A Book For The Weekend (6/28/25)


A man who has no memory arrives in the town of Lyncastle and immediately discovers that, whoever he may be, no one wants him around.  One person tells him that his name is Johnny McBride and that the police are looking for him.  Our stranger may not know who he is but he’s fairly sure that he’s not Johnny McBride.  But yet everyone in town insists that he is.  When the police try to check his fingerprints, they discover that he has no fingerprints!  Apparently, he lost them at the same time that he lost his memory….

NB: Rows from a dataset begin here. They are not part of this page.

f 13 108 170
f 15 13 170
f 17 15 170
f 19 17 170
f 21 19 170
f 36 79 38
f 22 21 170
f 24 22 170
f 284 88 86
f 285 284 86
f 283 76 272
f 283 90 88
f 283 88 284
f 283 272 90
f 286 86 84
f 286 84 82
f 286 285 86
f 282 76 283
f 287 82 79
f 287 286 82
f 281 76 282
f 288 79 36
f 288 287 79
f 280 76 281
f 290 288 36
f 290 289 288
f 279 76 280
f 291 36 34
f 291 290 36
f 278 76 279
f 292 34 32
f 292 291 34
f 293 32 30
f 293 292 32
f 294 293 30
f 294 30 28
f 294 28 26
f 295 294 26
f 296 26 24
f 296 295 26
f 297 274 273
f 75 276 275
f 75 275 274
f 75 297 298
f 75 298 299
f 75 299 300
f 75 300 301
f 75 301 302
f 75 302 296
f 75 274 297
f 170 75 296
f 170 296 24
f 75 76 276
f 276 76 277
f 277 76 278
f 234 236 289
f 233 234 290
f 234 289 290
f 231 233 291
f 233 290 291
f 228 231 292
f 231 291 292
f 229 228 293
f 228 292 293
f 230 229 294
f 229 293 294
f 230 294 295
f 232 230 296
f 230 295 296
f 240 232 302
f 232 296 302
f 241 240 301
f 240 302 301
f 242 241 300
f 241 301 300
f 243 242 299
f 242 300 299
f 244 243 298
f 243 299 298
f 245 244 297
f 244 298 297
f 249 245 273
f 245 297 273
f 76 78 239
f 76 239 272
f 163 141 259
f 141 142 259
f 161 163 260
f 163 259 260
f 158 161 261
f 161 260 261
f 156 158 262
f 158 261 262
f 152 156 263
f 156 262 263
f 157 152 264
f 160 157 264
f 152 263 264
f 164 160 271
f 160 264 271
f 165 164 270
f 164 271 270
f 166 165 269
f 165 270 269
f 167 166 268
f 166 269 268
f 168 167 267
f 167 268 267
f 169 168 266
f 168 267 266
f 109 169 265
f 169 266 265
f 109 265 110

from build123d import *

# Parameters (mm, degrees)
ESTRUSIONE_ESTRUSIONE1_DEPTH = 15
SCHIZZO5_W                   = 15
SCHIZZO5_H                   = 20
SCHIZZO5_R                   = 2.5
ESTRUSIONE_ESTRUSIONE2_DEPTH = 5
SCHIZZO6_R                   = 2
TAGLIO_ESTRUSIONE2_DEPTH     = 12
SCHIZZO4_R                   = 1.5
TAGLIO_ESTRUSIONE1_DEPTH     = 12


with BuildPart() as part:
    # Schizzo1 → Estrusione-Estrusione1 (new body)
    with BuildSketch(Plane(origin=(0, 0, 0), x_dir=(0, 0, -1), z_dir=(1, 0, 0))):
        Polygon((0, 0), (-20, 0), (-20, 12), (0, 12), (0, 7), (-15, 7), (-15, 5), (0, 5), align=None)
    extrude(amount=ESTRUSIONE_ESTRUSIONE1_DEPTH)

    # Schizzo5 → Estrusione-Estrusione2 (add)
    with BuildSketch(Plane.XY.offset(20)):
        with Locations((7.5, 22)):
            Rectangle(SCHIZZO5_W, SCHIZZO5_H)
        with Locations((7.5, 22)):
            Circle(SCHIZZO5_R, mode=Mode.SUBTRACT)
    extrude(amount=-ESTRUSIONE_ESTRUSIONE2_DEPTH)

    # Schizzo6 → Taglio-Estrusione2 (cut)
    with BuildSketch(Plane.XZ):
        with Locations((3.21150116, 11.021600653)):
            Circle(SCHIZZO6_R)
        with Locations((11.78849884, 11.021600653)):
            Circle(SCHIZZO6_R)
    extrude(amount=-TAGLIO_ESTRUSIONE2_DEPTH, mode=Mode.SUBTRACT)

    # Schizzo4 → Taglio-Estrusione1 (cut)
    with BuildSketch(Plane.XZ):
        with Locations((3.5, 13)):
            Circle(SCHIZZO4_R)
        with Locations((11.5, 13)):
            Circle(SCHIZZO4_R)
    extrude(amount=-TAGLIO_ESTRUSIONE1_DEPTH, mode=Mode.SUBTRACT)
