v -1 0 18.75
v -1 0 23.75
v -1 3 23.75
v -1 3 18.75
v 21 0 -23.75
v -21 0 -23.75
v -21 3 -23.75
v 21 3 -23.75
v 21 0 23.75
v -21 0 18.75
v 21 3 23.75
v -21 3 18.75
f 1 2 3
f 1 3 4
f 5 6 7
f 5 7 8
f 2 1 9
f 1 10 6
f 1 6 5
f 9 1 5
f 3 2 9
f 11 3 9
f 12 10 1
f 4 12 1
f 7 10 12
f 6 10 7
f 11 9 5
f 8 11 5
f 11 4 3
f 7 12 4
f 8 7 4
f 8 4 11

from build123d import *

# Parameters (mm, degrees)
SKETCH1_W           = 42
SKETCH1_H           = 47.5
BOSS_EXTRUDE1_DEPTH = 3
SKETCH2_W           = 20
SKETCH2_H           = 5
CUT_EXTRUDE1_DEPTH  = 5


with BuildPart() as part:
    # Sketch1 → Boss-Extrude1 (new body)
    with BuildSketch(Plane(origin=(0, 0, 0), x_dir=(1, 0, 0), z_dir=(0, 1, 0))):
        Rectangle(SKETCH1_W, SKETCH1_H)
    extrude(amount=BOSS_EXTRUDE1_DEPTH)

    # Sketch2 → Cut-Extrude1 (cut)
    with BuildSketch(Plane(origin=(0, 0, 0), x_dir=(1, 0, 0), z_dir=(0, 1, 0))):
        with Locations((-11, -21.25)):
            Rectangle(SKETCH2_W, SKETCH2_H)
    extrude(amount=CUT_EXTRUDE1_DEPTH, mode=Mode.SUBTRACT)


solid = part.part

That’s the set up for Mickey Spillane’s 1951 novel, The Long Wait.  I won’t spoil the rest of it because 1) this book is full of shocking twists, 2) none of them make much sense, but 3) they’re all so over-the-top and ludicrous that you can’t help but love them.  Reading The Long Wait, one gets the feeling that Spillane made up the plot as he went along and it’s hard not to admire his dedication to sticking with the story, no matter how weird and, to be quite frank, ridiculous things got.

This is not one of Spillane’s Mike Hammer novels.  Hammer is not in this book.  If anything, our amnesiac hero is even more violent and brutal than Hammer because the hero of The Long Wait literally has nothing to live for.  Hammer at least had an office and a life that he could return to after killing all the bad guys.  The hero of The Long Wait may not know who he is but he still knows that’s he’s pretty angry with a lot of people.

Violent, melodramatic, and at times thoroughly gratuitous, The Long Wait is an entertainingly absurd book.  I read it in a hotel room and I recommend you do the same.